I have a Weedeater 300 series lawn mower and I haven't had a problem with it all last summer. It worked fine a few weeks ago, but it won't stay on. There is plenty of gas, but it stops a few seconds after I pull the cord. Any help would be appreciated.


----------



## jerryh3 (Dec 10, 2007)

Check the oil. It may have a low oil shutoff.


----------



## fungku (Jul 27, 2008)

Make sure you're turning off the choke :thumbup:


----------



## buletbob (May 9, 2008)

sounds as if the float is sticking. find the float bowl at the bottom of the carb, there will be a drain screw on the bowl. shut the fuel off, then unscrew the drain screw wait till the fuel stops coming out and tap the side of the bowl with your screw driver a few times and put every thing back.
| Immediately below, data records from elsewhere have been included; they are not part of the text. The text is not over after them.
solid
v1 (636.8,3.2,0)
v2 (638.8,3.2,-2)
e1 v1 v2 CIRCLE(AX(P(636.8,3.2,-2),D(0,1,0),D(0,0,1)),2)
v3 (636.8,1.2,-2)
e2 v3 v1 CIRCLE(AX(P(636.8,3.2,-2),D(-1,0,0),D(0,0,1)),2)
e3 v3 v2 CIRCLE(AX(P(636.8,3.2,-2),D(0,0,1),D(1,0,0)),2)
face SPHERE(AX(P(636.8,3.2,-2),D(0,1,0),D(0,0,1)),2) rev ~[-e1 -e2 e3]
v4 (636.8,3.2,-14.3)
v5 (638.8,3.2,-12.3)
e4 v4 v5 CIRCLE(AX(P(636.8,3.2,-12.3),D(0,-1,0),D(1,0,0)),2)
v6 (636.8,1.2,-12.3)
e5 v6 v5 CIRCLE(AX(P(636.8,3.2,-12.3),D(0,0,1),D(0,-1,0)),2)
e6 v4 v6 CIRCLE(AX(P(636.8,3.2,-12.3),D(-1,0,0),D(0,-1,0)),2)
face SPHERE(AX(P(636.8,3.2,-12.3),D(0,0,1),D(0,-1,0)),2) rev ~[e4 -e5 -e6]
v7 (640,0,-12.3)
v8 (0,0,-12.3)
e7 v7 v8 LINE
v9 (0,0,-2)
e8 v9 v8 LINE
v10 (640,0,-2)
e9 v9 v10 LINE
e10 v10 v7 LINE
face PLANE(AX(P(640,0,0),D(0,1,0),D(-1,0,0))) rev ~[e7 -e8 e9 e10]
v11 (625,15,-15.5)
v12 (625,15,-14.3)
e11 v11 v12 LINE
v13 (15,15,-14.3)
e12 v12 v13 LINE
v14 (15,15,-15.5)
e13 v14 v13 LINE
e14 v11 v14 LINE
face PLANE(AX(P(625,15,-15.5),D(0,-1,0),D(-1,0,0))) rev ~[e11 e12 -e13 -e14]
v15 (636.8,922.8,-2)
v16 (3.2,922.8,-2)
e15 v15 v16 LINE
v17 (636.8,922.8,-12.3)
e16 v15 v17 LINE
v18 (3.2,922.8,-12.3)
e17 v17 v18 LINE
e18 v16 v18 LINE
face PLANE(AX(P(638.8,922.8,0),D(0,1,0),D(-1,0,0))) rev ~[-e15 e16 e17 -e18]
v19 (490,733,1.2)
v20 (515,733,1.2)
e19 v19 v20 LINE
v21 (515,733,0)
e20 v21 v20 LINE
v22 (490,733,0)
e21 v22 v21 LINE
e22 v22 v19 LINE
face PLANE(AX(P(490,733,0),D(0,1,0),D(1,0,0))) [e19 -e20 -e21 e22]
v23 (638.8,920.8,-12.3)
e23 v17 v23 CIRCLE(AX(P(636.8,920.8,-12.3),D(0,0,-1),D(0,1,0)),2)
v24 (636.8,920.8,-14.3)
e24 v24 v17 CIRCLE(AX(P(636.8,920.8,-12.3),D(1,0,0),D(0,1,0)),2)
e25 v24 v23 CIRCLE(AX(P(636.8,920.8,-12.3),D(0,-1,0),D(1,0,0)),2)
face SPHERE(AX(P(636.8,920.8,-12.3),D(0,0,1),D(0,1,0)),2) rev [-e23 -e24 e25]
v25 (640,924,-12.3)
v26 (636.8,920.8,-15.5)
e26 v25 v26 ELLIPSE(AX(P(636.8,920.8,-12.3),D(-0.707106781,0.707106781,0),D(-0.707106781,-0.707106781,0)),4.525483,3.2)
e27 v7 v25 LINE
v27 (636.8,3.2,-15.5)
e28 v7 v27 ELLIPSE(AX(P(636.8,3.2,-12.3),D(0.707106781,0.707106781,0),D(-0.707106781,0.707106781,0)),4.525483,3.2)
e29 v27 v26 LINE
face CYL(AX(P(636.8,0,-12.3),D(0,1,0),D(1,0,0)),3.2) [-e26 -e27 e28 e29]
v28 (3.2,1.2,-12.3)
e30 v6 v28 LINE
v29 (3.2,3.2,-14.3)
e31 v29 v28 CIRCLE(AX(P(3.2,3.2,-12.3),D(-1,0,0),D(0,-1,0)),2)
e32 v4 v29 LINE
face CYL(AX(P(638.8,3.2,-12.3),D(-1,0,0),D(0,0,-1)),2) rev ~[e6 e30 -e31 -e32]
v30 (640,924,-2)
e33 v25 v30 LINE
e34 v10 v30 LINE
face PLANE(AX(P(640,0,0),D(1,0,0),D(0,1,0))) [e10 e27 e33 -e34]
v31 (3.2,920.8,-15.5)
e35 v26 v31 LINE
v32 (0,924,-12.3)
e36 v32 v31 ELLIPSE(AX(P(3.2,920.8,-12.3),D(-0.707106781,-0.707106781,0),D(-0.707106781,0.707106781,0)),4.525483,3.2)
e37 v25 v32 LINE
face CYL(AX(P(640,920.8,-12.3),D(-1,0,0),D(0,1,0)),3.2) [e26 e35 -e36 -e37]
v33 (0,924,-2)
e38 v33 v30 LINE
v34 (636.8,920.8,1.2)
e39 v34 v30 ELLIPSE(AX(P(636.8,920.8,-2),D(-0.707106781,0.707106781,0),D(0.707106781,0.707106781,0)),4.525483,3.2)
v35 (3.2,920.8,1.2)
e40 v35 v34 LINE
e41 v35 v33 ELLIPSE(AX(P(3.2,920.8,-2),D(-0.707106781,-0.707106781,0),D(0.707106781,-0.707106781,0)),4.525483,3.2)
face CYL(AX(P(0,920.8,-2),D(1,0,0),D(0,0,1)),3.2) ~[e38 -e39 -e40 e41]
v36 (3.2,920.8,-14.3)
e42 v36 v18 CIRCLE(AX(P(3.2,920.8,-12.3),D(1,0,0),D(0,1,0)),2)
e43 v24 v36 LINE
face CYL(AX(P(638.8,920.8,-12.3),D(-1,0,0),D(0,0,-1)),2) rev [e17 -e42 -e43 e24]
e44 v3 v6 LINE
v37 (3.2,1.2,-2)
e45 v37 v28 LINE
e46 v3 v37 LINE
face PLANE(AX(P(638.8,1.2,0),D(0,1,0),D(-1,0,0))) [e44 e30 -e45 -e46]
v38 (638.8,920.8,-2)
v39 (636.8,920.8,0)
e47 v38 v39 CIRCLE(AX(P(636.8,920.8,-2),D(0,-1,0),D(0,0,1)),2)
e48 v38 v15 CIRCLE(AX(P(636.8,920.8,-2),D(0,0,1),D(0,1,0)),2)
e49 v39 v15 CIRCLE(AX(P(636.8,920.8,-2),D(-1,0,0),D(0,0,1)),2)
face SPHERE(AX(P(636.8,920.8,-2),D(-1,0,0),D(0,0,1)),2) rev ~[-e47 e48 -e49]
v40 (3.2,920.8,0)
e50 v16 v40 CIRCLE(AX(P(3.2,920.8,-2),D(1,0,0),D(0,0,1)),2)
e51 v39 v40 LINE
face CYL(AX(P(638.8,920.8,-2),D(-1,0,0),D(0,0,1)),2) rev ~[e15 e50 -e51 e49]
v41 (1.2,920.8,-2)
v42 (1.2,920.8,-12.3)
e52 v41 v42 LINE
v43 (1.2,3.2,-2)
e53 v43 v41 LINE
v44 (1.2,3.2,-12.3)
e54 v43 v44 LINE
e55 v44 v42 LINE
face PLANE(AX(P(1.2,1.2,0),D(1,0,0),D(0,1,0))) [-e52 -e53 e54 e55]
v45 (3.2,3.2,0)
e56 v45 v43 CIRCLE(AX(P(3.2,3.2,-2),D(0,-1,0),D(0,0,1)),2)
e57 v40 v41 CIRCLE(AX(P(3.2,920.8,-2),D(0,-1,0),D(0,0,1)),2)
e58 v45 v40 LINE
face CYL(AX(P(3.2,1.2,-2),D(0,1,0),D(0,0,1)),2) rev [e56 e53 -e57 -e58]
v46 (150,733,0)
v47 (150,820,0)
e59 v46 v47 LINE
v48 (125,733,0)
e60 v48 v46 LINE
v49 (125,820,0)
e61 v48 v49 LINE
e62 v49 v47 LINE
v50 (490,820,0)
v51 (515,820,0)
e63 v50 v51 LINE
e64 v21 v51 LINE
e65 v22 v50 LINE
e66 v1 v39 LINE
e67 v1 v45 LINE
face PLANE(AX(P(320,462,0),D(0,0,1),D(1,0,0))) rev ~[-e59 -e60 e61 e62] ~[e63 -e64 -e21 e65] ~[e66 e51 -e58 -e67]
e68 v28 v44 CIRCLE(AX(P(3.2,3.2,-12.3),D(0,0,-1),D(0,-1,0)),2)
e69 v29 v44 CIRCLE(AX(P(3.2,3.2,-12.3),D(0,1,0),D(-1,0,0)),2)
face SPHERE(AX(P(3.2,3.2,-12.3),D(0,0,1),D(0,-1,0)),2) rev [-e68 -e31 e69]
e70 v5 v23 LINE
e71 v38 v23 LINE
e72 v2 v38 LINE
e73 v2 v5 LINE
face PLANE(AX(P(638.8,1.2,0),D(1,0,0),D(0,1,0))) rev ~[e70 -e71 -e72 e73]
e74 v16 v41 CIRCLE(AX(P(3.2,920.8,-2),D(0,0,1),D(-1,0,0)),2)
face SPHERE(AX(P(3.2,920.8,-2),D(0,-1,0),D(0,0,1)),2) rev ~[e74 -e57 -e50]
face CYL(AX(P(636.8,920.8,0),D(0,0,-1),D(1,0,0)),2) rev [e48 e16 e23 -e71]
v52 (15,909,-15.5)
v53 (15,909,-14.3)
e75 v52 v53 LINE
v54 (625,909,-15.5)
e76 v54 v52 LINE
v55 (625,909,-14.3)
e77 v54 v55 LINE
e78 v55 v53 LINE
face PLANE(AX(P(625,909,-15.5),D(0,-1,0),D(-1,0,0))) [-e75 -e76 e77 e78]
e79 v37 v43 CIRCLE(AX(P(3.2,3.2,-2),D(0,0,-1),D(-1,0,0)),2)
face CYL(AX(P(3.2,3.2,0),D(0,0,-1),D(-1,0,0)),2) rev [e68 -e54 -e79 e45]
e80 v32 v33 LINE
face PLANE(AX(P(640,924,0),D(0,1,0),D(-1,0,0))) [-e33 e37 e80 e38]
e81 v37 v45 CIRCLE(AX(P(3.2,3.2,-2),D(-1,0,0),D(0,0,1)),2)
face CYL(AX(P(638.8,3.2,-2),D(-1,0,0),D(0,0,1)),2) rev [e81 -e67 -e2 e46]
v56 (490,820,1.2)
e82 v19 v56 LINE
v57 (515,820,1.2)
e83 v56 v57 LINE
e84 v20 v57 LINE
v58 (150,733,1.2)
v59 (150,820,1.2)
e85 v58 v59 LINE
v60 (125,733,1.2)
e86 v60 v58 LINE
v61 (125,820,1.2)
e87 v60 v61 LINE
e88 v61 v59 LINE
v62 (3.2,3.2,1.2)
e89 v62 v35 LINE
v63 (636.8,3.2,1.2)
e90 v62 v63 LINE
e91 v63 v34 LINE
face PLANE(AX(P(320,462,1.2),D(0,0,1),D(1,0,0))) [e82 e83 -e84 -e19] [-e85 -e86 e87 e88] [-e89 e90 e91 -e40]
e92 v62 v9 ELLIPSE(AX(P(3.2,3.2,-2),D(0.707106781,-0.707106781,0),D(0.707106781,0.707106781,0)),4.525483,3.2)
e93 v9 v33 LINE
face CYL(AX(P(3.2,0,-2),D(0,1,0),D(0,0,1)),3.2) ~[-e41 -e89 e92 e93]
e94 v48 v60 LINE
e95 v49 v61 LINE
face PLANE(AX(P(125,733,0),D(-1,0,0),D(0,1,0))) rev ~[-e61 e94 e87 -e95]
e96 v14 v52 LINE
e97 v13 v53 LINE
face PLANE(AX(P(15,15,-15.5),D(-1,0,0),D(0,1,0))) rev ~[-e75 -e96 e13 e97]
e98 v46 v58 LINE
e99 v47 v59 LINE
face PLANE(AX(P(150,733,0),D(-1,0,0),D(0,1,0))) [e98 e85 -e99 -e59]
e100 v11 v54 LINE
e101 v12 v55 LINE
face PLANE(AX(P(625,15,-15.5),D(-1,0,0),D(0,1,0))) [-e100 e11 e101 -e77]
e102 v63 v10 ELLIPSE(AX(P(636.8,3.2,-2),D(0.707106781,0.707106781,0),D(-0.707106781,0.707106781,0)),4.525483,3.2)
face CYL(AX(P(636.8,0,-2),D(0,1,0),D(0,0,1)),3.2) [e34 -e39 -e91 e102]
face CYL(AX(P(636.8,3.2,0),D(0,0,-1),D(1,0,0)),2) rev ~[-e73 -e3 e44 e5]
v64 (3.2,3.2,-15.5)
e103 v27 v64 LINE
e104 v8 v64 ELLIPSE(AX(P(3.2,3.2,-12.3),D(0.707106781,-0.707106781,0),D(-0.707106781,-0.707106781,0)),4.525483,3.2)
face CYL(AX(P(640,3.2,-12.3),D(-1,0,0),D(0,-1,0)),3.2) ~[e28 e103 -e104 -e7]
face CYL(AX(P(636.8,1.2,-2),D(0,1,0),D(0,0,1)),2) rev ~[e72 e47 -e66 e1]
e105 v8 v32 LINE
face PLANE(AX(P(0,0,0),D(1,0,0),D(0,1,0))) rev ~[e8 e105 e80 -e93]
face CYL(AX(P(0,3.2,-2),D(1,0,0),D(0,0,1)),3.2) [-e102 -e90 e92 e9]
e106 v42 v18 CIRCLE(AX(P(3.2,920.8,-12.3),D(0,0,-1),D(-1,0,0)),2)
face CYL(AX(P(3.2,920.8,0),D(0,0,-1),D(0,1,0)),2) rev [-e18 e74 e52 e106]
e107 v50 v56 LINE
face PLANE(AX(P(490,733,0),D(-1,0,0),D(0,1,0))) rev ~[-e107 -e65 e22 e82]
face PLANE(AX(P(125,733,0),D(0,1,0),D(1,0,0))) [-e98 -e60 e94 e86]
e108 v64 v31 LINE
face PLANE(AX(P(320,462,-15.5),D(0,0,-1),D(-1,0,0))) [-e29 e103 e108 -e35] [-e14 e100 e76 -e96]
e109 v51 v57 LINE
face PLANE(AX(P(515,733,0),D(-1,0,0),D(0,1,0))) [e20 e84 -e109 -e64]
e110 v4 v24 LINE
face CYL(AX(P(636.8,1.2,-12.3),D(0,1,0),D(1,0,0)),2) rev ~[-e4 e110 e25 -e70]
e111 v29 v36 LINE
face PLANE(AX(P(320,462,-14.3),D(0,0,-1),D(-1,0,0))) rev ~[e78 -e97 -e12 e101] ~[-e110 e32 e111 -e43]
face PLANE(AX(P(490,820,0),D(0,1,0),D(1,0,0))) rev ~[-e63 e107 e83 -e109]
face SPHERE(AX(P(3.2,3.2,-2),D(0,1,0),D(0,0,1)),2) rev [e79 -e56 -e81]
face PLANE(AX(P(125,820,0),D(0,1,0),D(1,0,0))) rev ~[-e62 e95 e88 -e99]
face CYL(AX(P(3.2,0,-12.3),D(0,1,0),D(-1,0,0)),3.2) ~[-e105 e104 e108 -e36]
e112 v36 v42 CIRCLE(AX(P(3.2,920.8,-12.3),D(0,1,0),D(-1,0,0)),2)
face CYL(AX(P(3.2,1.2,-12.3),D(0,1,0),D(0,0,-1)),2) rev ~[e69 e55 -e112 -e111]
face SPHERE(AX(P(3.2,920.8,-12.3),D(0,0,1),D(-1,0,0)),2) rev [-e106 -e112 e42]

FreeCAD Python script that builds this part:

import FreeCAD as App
import Part
import Sketcher
from FreeCAD import Vector


def edges_at(feature, points):
    """Names of the edges that pass closest to the given points."""
    edges = feature.Shape.Edges
    near = lambda p: min(range(len(edges)), key=lambda i: edges[i].distToShape(Part.Vertex(*p))[0])
    return sorted({f"Edge{near(p) + 1}" for p in points})

doc = App.newDocument("Part")
body = doc.addObject("PartDesign::Body", "Body")

sketch1 = body.newObject("Sketcher::SketchObject", "Sketch")
sketch1.AttachmentSupport = (doc.getObject("XY_Plane"), [""])
sketch1.MapMode = "FlatFace"
sketch1.addGeometry([
    Part.LineSegment(Vector(0, 924, 0), Vector(0, 0, 0)),
    Part.LineSegment(Vector(0, 0, 0), Vector(640, 0, 0)),
    Part.LineSegment(Vector(640, 0, 0), Vector(640, 924, 0)),
    Part.LineSegment(Vector(640, 924, 0), Vector(0, 924, 0)),
    Part.LineSegment(Vector(150, 733, 0), Vector(125, 733, 0)),
    Part.LineSegment(Vector(125, 733, 0), Vector(125, 820, 0)),
    Part.LineSegment(Vector(125, 820, 0), Vector(150, 820, 0)),
    Part.LineSegment(Vector(150, 820, 0), Vector(150, 733, 0)),
    Part.LineSegment(Vector(515, 733, 0), Vector(490, 733, 0)),
    Part.LineSegment(Vector(490, 733, 0), Vector(490, 820, 0)),
    Part.LineSegment(Vector(490, 820, 0), Vector(515, 820, 0)),
    Part.LineSegment(Vector(515, 820, 0), Vector(515, 733, 0)),
], False)
sketch1.addConstraint([
    Sketcher.Constraint("Coincident", 0, 2, 1, 1),
    Sketcher.Constraint("Coincident", 1, 2, 2, 1),
    Sketcher.Constraint("Coincident", 2, 2, 3, 1),
    Sketcher.Constraint("Coincident", 3, 2, 0, 1),
    Sketcher.Constraint("Coincident", 4, 2, 5, 1),
    Sketcher.Constraint("Coincident", 5, 2, 6, 1),
    Sketcher.Constraint("Coincident", 6, 2, 7, 1),
    Sketcher.Constraint("Coincident", 7, 2, 4, 1),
BOB


----------



## TazinCR (Jun 23, 2008)

If it is flooding it will be putting off black smoke. Try running it with the choke on. If it runs you have a fuel delivery problem.
With this sorry gas we get today always add a fuel stabilizer or empty the tank and run it dry before storage. Carbs gum up very easy.


----------



## KUIPORNG (Jan 11, 2006)

*I have similar problem also with mine ...*

I also think it is fuel delivery problem... of some sort... in my case... I kind of depends on my luck... sometimes it works for a longer while... sometimes it doesn't.... when it doesn't.... what I do is I open the fuel cap.... start the engine... it ran... then I close the cap... as looks like natural pressure of air forcing the fuel into the engine easier... then it will run ..... and this method works for me so far.....

One day if this method stop working.... I will have to do open up the engine like above said which I really don't have a clue.....


----------



## pF45 (Jul 23, 2008)

change spark plug, drain old fuel, clean filter, add stabilizer to new fuel and you should be golden.


----------



## sewnsew (Jun 20, 2009)

*briggs and stratton 300 running problem*

Our Weed-eater 20" mower stopped running after only a few mows. It would fire off fine but would only run a second or so. We tried everything short of taking things apart, and were about to take it back to Wal-Mart. I researched online and saw this problem with the B&S 300 everywhere. 
We took the advice of removing the cap until the engine was started and IT WORKED! Yay! 
So this is some sort of engineering flaw where there is not enough air flow to start the engine. Works fine to replace the cap after all is going. Main thing is to get the lawn mowed.


----------



## rick32 (Aug 9, 2006)

I know this may sound strange but check the gas cap. I had a similar problem with a tractor. It turned out the cap was sealed to tightly and formed a vaccume in the tank after running a while.


----------